The large capacitor of input filter is also an electrolytic capacitor, which provides a steady stream of energy for the multi-phase power supply circuit, prevents the peak pulses of MOS tube switching from causing crosstalk to other circuits, and can also filter out the ripple interference in the power supply voltage. The input filter capacitor may also use a solid capacitor. The way to distinguish the input filter capacitor and the output filter capacitor is to look at the rated voltage. The rated voltage of the output capacitor is generally 6.3V, 2.5V, etc., while the input filter capacitor is connected to the +12V input, and the rated voltage is often 16V.
Okay, now that we have learned about these main components, let’s take a look at how to identify the number of phases in the CPU power supply circuit.
Under normal circumstances, MOSFET driver chips are also integrated into the main control chip. The drive of MOS tubes is achieved by adding high or low levels to the gate. The gate of MOS tubes has a large capacitance. To drive the MOS tube to switch quickly, the driver chip must output a certain current. Such a large current integrated into the main control chip may affect the working accuracy of the main control chip (an analog integrated circuit) due to heat, thereby affecting the accuracy of the output voltage. Therefore, the main control chip integrates at most three-phase MOS drivers. Motherboards with less than three phases currently often directly use main control chips with integrated MOS drivers, without independent MOSFET Drivers. Motherboards with 4-phase and 5-phase power supply generally use 4 or 5 independent MOSFET Drivers. There are also solutions that use main control with integrated three-phase MOS drivers, and the fourth and fifth phases are driven by independent driver chips. Here are a few examples.
Biostar Tforce 945P BIOSTAR TA790GX 128M Onda Magic Sword P35 Let's first look at this situation that can easily cause confusion. Some motherboard manufacturers choose to use two parallel chokes per phase. The general perception of users is that one choke corresponds to one phase, and they can only be amazed when they see the luxurious ten or twelve chokes. This quickly widens the gap with other manufacturers in terms of luxury.
We don't know what technical reasons manufacturers have for using two inductors in parallel instead of one inductor. Two inductors can allow twice the current to pass through, and the same amount of loss is shared by two inductors, so the temperature rise of each inductor is smaller, but compared with the real two-phase split, the ripple is still a little worse.

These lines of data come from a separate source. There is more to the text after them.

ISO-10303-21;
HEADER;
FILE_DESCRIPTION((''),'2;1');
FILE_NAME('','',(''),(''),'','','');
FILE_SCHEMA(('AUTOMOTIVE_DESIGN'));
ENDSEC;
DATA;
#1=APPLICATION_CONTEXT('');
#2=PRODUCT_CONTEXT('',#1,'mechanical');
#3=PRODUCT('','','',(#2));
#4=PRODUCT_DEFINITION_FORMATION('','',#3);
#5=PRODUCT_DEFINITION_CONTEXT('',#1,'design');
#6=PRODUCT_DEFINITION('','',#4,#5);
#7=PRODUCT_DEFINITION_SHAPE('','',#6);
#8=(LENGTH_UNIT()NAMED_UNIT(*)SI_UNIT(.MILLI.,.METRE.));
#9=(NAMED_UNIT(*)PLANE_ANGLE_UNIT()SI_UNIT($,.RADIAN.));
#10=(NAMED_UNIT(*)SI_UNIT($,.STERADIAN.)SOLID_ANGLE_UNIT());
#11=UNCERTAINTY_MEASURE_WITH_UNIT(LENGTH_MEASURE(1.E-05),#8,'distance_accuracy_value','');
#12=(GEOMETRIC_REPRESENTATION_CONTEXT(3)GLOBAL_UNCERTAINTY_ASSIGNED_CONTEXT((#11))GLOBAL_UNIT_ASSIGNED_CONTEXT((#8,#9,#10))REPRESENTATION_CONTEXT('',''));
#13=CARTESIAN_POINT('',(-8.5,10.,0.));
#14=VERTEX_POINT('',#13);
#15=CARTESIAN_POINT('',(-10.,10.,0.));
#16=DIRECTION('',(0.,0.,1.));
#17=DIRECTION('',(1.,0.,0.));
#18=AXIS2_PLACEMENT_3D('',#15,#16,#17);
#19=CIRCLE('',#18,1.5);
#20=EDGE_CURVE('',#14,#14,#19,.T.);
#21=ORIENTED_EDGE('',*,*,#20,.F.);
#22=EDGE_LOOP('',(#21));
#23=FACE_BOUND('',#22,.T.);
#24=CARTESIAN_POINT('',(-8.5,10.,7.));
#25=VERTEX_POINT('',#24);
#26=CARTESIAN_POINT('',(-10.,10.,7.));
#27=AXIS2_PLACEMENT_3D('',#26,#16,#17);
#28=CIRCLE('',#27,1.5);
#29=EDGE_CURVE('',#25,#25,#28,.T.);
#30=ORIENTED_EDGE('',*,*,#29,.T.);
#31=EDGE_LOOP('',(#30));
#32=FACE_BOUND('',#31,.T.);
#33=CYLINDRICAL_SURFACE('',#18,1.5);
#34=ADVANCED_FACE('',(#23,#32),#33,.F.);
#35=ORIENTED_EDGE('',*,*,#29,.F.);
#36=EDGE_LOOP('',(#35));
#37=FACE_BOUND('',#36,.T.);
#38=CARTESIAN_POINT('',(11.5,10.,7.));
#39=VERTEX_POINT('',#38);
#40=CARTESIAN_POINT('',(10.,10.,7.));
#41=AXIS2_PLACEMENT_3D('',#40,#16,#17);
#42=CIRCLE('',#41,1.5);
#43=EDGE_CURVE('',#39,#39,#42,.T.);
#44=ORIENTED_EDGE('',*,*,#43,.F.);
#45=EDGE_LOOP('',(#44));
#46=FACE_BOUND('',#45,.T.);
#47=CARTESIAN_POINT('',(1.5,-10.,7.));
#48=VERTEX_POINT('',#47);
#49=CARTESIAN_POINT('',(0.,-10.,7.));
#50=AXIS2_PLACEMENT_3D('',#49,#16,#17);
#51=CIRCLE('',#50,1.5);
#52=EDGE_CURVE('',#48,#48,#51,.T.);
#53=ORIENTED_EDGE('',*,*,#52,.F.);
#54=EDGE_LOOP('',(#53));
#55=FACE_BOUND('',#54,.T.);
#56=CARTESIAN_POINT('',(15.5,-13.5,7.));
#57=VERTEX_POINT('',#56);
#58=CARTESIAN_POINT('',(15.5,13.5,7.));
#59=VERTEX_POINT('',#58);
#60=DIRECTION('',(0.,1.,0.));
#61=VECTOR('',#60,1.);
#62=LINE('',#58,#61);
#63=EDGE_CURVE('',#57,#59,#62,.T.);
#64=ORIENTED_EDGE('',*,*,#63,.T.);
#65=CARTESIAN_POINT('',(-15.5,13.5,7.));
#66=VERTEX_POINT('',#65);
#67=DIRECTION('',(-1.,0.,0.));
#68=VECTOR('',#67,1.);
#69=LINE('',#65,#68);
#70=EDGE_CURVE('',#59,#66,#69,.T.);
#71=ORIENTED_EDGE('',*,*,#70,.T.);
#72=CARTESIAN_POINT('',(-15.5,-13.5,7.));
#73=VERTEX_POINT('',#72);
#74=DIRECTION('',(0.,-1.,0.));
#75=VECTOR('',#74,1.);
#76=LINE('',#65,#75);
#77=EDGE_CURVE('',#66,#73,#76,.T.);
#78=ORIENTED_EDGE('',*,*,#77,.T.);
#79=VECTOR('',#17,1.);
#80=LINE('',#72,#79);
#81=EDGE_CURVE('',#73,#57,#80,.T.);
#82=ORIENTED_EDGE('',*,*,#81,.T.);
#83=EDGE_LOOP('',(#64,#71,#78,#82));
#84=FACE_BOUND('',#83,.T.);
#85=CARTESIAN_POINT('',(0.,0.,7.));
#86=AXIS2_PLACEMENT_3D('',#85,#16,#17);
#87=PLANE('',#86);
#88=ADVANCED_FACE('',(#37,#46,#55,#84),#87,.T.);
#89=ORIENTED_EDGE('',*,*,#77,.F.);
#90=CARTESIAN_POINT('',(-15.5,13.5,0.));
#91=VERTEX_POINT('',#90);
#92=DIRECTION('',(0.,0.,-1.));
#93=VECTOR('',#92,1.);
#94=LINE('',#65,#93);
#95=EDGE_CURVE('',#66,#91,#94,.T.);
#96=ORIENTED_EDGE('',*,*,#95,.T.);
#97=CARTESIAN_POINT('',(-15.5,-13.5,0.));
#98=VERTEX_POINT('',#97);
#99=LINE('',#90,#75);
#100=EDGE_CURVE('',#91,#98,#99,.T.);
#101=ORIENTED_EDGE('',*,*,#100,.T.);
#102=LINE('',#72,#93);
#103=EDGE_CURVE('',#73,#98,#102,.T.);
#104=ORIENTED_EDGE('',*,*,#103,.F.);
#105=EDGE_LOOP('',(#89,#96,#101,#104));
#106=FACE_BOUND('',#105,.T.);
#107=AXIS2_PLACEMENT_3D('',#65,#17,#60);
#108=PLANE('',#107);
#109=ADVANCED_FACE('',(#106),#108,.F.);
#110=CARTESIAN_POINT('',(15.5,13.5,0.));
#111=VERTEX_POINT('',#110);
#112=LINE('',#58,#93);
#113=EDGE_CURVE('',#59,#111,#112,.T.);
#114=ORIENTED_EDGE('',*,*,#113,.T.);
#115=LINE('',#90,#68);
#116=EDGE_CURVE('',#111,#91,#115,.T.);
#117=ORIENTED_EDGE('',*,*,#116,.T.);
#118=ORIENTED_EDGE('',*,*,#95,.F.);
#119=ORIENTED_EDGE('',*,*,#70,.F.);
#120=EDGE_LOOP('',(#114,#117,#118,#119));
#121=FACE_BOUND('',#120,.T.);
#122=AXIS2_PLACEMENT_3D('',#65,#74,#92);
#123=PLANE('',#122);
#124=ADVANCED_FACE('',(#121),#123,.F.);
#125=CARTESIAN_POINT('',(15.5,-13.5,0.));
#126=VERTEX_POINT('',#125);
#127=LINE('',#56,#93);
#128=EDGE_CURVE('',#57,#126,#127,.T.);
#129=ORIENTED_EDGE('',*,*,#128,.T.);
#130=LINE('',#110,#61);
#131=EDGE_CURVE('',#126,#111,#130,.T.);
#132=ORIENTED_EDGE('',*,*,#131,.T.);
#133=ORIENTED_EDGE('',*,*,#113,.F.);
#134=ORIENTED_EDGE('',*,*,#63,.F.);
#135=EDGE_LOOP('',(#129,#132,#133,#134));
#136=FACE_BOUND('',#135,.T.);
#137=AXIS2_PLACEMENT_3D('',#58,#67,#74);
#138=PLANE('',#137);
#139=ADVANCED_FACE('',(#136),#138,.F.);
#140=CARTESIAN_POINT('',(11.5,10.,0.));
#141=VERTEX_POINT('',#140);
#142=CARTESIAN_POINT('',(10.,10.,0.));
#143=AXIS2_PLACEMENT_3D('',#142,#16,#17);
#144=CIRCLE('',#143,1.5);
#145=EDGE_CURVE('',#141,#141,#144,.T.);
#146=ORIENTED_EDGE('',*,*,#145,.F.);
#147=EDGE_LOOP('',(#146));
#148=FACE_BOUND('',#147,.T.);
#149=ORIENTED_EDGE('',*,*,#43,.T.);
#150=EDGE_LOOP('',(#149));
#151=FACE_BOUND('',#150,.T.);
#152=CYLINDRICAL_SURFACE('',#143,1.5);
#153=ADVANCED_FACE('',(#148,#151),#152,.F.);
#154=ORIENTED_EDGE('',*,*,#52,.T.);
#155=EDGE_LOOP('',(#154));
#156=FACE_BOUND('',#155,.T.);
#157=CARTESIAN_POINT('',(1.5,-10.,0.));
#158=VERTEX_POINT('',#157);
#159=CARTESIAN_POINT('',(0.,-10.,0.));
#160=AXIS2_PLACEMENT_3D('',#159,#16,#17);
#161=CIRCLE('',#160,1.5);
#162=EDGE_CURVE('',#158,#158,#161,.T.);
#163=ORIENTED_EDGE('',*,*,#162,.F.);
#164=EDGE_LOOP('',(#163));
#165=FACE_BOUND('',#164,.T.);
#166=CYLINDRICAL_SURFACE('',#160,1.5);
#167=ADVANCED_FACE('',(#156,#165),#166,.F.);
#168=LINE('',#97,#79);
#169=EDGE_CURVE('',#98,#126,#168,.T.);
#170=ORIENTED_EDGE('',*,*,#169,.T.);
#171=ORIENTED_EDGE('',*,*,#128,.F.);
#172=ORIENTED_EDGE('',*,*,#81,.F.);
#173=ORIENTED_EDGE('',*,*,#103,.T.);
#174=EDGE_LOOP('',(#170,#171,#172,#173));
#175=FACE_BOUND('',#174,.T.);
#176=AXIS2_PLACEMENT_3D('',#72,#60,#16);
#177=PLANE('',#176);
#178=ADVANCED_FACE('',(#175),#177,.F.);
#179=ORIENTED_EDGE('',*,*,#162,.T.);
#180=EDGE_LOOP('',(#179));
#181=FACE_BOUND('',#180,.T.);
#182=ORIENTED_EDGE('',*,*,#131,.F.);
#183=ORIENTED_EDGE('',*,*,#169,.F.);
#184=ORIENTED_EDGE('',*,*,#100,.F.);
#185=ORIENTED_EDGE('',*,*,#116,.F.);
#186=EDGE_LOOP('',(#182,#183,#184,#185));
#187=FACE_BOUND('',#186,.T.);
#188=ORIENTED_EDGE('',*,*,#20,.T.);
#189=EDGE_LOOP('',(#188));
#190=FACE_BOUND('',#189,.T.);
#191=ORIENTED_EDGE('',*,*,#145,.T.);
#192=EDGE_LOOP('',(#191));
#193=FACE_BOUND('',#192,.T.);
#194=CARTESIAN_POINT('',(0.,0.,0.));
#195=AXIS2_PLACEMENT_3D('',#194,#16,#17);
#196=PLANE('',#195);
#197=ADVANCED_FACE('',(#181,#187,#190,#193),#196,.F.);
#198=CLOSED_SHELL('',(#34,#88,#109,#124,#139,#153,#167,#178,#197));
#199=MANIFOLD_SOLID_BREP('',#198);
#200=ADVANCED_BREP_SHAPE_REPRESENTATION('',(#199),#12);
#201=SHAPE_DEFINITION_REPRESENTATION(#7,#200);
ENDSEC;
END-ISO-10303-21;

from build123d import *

# Parameters (mm, degrees)
SKETCH_1_W          = 31
SKETCH_1_H          = 27
EXTRUDE_1_DEPTH     = 7
SKETCH_2_R          = 1.5
CUT_EXTRUDE_1_DEPTH = 7


with BuildPart() as part:
    # 草图1 → 凸台-拉伸1 (new body)
    with BuildSketch(Plane.XY):
        Rectangle(SKETCH_1_W, SKETCH_1_H)
    extrude(amount=EXTRUDE_1_DEPTH)

    # 草图2 → 切除-拉伸1 (cut)
    with BuildSketch(Plane.XY.offset(7)):
        with Locations((-10, 10)):
            Circle(SKETCH_2_R)
        with Locations((10, 10)):
            Circle(SKETCH_2_R)
        with Locations((0, -10)):
            Circle(SKETCH_2_R)
    extrude(amount=-CUT_EXTRUDE_1_DEPTH, mode=Mode.SUBTRACT)


solid = part.part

The motherboards above include well-known brands from Taiwan and mainland China. What they have in common is that they use two parallel inductors instead of one per phase, which looks like 2n-phase power supply, but it is actually n-phase. Let's see how to identify them.
First, let's go back to this ancestor, EPOX 8RDA3I PRO. We mentioned earlier that it is a two-phase design instead of a four-phase design for the following two reasons:

• The PWM main control chip and driver numbers both indicate that this is a two-phase power supply solution;
• With 6 MOSFETs, there can only be two phases, 3 in each phase, and it is impossible to have 4 phases.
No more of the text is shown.